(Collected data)
______

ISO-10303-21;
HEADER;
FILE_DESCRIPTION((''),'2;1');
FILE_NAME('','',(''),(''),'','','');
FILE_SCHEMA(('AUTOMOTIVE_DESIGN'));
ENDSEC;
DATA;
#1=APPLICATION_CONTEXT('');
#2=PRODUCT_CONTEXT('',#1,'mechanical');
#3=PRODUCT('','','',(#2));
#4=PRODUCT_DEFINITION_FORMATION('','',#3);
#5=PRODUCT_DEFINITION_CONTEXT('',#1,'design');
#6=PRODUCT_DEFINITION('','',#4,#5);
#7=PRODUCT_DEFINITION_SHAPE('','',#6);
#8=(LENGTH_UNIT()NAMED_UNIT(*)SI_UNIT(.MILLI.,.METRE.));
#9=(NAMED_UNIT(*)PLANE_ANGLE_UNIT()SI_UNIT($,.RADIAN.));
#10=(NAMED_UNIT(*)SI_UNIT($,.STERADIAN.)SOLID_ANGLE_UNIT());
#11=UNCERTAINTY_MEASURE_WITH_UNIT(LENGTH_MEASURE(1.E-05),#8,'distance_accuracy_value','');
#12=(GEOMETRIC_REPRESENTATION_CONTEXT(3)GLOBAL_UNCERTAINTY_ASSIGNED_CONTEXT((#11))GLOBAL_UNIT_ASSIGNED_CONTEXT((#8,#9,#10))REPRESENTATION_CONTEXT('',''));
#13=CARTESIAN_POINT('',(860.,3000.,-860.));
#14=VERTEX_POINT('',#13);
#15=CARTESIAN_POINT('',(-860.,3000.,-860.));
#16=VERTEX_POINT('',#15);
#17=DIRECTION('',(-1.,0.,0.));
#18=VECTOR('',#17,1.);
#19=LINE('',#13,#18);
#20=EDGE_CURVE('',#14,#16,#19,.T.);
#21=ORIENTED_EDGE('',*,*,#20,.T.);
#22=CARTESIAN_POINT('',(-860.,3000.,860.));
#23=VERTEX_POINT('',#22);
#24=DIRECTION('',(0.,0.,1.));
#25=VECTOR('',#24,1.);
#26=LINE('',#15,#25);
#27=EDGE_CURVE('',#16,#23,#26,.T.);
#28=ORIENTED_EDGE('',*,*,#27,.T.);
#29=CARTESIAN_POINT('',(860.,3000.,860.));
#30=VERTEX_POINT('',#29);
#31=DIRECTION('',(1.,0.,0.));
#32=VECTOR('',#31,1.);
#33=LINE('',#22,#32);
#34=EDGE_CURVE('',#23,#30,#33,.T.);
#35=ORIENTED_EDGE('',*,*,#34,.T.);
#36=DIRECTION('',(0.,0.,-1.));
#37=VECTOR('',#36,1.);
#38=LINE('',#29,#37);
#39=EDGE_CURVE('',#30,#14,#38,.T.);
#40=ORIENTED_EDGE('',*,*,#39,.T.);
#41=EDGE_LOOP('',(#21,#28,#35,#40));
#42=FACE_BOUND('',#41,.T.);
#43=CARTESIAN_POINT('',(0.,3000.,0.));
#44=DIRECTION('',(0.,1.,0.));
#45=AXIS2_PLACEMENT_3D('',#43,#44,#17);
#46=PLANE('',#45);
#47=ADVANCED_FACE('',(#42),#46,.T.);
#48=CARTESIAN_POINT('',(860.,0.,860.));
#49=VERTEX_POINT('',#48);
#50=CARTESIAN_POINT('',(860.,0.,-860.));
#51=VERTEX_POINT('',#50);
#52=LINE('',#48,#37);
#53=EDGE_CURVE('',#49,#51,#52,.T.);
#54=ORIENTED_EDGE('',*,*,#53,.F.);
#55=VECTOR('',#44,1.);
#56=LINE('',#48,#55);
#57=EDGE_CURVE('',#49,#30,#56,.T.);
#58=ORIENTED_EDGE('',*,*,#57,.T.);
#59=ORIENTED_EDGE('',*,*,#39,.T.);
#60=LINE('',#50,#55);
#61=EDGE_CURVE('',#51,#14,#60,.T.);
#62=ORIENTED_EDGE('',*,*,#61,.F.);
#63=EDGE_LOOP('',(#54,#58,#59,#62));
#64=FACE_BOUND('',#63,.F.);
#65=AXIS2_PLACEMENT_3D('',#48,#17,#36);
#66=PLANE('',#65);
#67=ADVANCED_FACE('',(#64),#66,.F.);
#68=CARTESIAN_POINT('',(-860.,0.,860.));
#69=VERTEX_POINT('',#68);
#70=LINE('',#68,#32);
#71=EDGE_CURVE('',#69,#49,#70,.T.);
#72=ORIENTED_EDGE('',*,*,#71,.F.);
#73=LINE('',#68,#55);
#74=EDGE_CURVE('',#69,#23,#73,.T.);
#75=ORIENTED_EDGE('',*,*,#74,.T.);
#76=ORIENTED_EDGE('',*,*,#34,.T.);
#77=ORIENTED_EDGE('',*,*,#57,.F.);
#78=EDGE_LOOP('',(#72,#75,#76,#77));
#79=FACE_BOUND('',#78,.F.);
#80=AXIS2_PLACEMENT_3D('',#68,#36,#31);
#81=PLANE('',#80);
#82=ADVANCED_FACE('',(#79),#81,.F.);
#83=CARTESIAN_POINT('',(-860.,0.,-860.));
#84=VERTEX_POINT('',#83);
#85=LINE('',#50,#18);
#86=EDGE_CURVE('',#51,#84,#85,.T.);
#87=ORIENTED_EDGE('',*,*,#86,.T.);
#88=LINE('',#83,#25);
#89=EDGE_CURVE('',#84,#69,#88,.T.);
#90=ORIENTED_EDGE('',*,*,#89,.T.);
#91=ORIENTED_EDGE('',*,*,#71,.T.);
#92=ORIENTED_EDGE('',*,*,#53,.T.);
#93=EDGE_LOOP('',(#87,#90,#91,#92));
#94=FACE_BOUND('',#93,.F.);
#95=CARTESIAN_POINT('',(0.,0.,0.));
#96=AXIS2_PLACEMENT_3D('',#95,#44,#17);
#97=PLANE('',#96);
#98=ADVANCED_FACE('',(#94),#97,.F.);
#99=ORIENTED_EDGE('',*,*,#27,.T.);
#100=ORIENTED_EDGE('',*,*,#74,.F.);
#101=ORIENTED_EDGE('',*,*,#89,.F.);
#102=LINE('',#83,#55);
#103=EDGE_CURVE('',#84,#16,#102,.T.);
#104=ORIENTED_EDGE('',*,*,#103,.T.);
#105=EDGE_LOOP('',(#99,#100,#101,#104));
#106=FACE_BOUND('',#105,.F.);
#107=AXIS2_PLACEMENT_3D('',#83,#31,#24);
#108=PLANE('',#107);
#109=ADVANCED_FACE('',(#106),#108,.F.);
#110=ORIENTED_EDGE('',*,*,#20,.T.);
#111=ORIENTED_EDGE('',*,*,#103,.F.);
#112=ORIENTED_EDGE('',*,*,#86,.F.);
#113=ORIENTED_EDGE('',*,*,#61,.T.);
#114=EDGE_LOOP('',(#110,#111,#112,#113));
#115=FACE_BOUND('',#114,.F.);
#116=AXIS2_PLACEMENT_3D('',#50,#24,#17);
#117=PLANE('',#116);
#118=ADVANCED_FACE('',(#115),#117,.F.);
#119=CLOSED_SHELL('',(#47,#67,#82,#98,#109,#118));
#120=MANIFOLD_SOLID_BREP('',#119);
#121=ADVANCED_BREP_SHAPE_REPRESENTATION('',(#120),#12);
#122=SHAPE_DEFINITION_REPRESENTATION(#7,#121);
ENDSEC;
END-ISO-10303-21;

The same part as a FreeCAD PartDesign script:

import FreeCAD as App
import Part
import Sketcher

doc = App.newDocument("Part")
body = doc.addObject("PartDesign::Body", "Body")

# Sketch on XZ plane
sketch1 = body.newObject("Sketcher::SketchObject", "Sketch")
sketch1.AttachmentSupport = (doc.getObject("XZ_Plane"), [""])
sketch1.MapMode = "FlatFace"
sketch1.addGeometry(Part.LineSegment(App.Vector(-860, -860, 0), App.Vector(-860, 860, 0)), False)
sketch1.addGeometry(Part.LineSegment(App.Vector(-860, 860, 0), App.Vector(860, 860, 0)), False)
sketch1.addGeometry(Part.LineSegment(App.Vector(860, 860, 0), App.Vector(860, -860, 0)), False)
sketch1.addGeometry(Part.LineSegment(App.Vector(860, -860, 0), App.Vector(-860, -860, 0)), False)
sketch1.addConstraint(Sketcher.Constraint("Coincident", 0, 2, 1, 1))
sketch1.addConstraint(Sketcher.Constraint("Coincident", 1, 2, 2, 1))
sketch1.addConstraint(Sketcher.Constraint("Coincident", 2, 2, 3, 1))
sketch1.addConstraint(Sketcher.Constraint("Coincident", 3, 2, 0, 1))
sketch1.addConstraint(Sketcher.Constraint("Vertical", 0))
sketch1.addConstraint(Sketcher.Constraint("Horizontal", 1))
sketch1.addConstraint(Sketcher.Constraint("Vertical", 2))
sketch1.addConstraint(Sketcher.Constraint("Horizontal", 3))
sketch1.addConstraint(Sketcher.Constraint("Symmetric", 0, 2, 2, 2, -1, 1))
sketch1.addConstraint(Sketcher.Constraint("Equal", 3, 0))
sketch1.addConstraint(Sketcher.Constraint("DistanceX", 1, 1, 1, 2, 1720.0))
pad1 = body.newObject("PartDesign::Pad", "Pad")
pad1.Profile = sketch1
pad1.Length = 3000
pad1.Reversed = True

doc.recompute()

______

● Exercise details
Retype only this portion of the data above: the line containing "#95=CARTESIAN_POINT('',(0.,0.,0.));", the line containing "The same part", and all lines between them, exactly.

● Result below
#95=CARTESIAN_POINT('',(0.,0.,0.));
#96=AXIS2_PLACEMENT_3D('',#95,#44,#17);
#97=PLANE('',#96);
#98=ADVANCED_FACE('',(#94),#97,.F.);
#99=ORIENTED_EDGE('',*,*,#27,.T.);
#100=ORIENTED_EDGE('',*,*,#74,.F.);
#101=ORIENTED_EDGE('',*,*,#89,.F.);
#102=LINE('',#83,#55);
#103=EDGE_CURVE('',#84,#16,#102,.T.);
#104=ORIENTED_EDGE('',*,*,#103,.T.);
#105=EDGE_LOOP('',(#99,#100,#101,#104));
#106=FACE_BOUND('',#105,.F.);
#107=AXIS2_PLACEMENT_3D('',#83,#31,#24);
#108=PLANE('',#107);
#109=ADVANCED_FACE('',(#106),#108,.F.);
#110=ORIENTED_EDGE('',*,*,#20,.T.);
#111=ORIENTED_EDGE('',*,*,#103,.F.);
#112=ORIENTED_EDGE('',*,*,#86,.F.);
#113=ORIENTED_EDGE('',*,*,#61,.T.);
#114=EDGE_LOOP('',(#110,#111,#112,#113));
#115=FACE_BOUND('',#114,.F.);
#116=AXIS2_PLACEMENT_3D('',#50,#24,#17);
#117=PLANE('',#116);
#118=ADVANCED_FACE('',(#115),#117,.F.);
#119=CLOSED_SHELL('',(#47,#67,#82,#98,#109,#118));
#120=MANIFOLD_SOLID_BREP('',#119);
#121=ADVANCED_BREP_SHAPE_REPRESENTATION('',(#120),#12);
#122=SHAPE_DEFINITION_REPRESENTATION(#7,#121);
ENDSEC;
END-ISO-10303-21;

The same part as a FreeCAD PartDesign script:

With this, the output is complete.